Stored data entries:
• • •

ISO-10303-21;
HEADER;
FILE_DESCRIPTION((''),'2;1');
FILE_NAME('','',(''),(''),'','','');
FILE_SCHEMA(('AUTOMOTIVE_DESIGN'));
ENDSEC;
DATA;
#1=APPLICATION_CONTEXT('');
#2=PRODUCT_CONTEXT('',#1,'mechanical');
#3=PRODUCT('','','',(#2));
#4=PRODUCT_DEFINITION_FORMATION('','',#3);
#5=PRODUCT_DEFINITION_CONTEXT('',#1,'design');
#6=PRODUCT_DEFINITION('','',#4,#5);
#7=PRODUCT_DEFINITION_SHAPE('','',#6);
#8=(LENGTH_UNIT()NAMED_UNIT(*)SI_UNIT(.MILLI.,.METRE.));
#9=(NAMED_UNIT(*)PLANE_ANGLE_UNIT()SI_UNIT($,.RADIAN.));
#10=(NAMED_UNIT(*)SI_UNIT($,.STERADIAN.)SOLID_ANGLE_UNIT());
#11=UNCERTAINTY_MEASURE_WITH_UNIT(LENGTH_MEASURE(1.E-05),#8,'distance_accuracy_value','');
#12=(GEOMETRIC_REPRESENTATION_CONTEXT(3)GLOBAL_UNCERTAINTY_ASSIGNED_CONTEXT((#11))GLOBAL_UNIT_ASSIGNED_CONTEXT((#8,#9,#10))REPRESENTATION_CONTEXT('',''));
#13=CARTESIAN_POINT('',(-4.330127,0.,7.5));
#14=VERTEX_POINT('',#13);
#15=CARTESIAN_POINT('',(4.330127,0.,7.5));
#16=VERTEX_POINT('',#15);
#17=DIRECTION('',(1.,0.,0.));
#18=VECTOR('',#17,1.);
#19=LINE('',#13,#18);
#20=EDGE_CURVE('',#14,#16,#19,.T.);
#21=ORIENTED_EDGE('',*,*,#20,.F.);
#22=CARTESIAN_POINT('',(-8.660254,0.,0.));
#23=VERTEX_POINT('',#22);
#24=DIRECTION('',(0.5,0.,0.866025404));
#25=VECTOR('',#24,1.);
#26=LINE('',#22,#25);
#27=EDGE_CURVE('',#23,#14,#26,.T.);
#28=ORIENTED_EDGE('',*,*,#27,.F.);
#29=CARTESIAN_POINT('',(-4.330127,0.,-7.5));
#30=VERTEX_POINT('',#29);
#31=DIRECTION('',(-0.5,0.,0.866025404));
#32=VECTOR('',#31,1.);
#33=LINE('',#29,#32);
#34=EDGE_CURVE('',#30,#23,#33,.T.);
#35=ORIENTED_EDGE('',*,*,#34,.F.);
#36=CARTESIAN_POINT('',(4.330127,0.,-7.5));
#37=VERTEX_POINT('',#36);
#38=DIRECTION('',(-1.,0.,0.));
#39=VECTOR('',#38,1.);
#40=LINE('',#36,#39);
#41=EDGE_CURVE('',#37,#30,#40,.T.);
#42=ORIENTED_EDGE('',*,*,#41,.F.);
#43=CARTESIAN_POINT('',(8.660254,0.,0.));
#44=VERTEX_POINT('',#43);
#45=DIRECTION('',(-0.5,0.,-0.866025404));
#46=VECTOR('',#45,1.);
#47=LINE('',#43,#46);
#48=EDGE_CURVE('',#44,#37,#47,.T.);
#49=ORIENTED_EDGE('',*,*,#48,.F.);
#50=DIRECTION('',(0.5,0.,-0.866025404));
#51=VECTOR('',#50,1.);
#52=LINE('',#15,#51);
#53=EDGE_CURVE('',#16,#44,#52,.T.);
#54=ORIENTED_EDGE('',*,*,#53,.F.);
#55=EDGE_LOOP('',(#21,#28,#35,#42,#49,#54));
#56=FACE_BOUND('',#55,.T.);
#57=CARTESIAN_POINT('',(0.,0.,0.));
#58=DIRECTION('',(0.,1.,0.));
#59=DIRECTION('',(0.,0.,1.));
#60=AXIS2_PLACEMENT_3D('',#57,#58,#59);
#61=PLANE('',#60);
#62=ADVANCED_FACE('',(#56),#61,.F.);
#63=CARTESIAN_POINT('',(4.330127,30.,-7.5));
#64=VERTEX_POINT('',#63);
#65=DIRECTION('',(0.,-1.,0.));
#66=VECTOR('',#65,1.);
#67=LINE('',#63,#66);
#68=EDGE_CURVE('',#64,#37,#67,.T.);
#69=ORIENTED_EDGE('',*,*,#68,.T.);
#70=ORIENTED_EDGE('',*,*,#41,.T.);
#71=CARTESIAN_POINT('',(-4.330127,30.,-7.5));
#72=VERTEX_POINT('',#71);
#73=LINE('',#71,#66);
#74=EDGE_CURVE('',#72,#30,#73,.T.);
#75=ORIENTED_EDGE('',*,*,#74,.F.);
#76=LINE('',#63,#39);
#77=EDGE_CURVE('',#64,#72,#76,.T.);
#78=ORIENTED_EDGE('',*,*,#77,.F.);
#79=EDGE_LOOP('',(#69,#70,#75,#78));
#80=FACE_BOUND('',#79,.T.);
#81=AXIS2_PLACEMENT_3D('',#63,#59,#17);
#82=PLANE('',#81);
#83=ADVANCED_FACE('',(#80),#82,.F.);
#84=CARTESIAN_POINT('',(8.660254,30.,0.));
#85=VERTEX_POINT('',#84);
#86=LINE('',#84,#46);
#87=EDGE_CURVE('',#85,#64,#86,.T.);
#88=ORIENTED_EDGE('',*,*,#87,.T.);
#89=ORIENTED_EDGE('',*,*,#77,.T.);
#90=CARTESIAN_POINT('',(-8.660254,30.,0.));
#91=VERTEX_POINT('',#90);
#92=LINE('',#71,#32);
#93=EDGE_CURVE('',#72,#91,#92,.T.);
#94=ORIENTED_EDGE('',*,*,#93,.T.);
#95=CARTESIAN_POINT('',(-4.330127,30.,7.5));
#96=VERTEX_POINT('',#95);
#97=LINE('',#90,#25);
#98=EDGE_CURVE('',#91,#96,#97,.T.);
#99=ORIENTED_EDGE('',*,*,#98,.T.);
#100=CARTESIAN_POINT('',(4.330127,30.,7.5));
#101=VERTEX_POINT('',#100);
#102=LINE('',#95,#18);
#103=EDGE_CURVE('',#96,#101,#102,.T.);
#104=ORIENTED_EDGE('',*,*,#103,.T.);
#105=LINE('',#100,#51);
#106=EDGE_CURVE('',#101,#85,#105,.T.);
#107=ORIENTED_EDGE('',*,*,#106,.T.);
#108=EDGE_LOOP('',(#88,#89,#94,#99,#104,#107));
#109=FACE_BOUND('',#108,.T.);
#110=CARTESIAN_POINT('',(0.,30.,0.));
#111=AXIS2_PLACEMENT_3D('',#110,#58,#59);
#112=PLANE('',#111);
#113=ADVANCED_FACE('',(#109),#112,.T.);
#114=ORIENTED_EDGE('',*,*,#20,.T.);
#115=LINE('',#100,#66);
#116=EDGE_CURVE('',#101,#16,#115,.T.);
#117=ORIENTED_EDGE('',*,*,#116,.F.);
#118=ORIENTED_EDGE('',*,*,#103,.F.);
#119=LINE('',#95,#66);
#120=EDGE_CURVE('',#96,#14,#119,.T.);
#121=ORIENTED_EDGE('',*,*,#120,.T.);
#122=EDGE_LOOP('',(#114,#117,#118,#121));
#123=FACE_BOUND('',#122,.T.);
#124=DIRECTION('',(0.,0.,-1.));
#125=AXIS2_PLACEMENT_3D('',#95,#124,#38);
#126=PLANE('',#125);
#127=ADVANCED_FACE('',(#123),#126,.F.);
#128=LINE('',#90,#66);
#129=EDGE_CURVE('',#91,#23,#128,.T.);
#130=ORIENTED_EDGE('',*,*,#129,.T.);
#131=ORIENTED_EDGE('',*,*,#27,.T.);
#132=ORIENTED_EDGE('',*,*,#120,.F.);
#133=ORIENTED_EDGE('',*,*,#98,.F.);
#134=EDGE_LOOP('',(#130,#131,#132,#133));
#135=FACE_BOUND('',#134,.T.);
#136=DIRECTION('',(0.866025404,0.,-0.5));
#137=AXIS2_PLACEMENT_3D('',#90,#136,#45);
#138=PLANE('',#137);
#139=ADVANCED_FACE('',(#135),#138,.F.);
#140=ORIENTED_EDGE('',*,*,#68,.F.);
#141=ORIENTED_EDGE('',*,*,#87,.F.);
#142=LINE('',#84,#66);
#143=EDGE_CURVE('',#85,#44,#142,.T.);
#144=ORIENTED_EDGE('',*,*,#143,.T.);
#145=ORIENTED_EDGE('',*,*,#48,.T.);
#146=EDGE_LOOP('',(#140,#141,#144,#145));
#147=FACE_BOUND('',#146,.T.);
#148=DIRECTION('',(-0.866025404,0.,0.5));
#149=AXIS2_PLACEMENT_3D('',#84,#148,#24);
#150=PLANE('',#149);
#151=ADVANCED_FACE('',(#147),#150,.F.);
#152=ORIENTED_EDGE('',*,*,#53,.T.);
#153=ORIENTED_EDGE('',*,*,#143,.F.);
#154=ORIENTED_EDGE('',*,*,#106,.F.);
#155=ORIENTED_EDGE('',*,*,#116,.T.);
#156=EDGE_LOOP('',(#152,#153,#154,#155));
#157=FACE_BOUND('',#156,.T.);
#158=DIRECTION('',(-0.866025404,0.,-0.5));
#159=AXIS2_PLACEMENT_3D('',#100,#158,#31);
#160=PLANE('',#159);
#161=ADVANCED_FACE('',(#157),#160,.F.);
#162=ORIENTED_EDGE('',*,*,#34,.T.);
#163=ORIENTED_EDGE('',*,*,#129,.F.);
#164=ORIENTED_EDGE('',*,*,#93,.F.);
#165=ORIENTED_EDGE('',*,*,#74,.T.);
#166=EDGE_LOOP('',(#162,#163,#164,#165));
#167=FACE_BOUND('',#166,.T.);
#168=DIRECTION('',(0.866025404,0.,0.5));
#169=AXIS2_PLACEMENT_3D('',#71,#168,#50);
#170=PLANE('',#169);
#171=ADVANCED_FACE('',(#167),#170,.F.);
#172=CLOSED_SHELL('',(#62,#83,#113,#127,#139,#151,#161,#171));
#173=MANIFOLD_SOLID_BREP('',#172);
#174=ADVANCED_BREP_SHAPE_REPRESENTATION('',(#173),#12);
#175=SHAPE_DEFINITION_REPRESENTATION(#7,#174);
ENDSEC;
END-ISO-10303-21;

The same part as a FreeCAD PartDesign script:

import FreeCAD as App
import Part
import Sketcher

V = App.Vector
Q = App.Units.Quantity

doc = App.newDocument("Part")
body = doc.addObject("PartDesign::Body", "Body")

# Sketch on XZ plane
sketch1 = body.newObject("Sketcher::SketchObject", "Sketch")
sketch1.AttachmentSupport = (doc.getObject("XZ_Plane"), [""])
sketch1.MapMode = "FlatFace"
sketch1.addGeometry([
    Part.LineSegment(V(8.660254, 0, 0), V(4.330127, -7.5, 0)),  # 0
    Part.LineSegment(V(4.330127, -7.5, 0), V(-4.330127, -7.5, 0)),  # 1
    Part.LineSegment(V(-4.330127, -7.5, 0), V(-8.660254, 0, 0)),  # 2
    Part.LineSegment(V(-8.660254, 0, 0), V(-4.330127, 7.5, 0)),  # 3
    Part.LineSegment(V(-4.330127, 7.5, 0), V(4.330127, 7.5, 0)),  # 4
    Part.LineSegment(V(4.330127, 7.5, 0), V(8.660254, 0, 0)),  # 5
], False)
sketch1.addConstraint([
    Sketcher.Constraint("Coincident", 0, 2, 1, 1),
    Sketcher.Constraint("Coincident", 1, 2, 2, 1),
    Sketcher.Constraint("Coincident", 2, 2, 3, 1),
    Sketcher.Constraint("Coincident", 3, 2, 4, 1),
    Sketcher.Constraint("Coincident", 4, 2, 5, 1),
    Sketcher.Constraint("Coincident", 5, 2, 0, 1),
    Sketcher.Constraint("Horizontal", 1),
    Sketcher.Constraint("Horizontal", 4),
    Sketcher.Constraint("Symmetric", 0, 2, 3, 2, -1, 1),
    Sketcher.Constraint("Symmetric", 2, 2, 5, 2, -1, 1),
    Sketcher.Constraint("PointOnObject", 2, 2, -1),
    Sketcher.Constraint("Parallel", 2, 5),
    Sketcher.Constraint("Vertical", 1, 2, 3, 2),
    Sketcher.Constraint("Angle", 0, Q("-120 deg")),
    Sketcher.Constraint("DistanceY", 1, 2, 3, 2, Q("15 mm")),
    Sketcher.Constraint("DistanceX", 1, 2, 1, 1, Q("8.660254 mm")),
])
pad1 = body.newObject("PartDesign::Pad", "Pad")
pad1.Profile = sketch1
pad1.Length = 30
pad1.Reversed = True

doc.recompute()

• • •

PROBLEM ::
Output the lines of the records above exactly as they appear, from the line containing "#63=CARTESIAN_POINT('',(4.330127,30.,-7.5));" through the line containing "#73=LINE('',#71,#66);".

ANSWER TO THE EXERCISE ::
#63=CARTESIAN_POINT('',(4.330127,30.,-7.5));
#64=VERTEX_POINT('',#63);
#65=DIRECTION('',(0.,-1.,0.));
#66=VECTOR('',#65,1.);
#67=LINE('',#63,#66);
#68=EDGE_CURVE('',#64,#37,#67,.T.);
#69=ORIENTED_EDGE('',*,*,#68,.T.);
#70=ORIENTED_EDGE('',*,*,#41,.T.);
#71=CARTESIAN_POINT('',(-4.330127,30.,-7.5));
#72=VERTEX_POINT('',#71);
#73=LINE('',#71,#66);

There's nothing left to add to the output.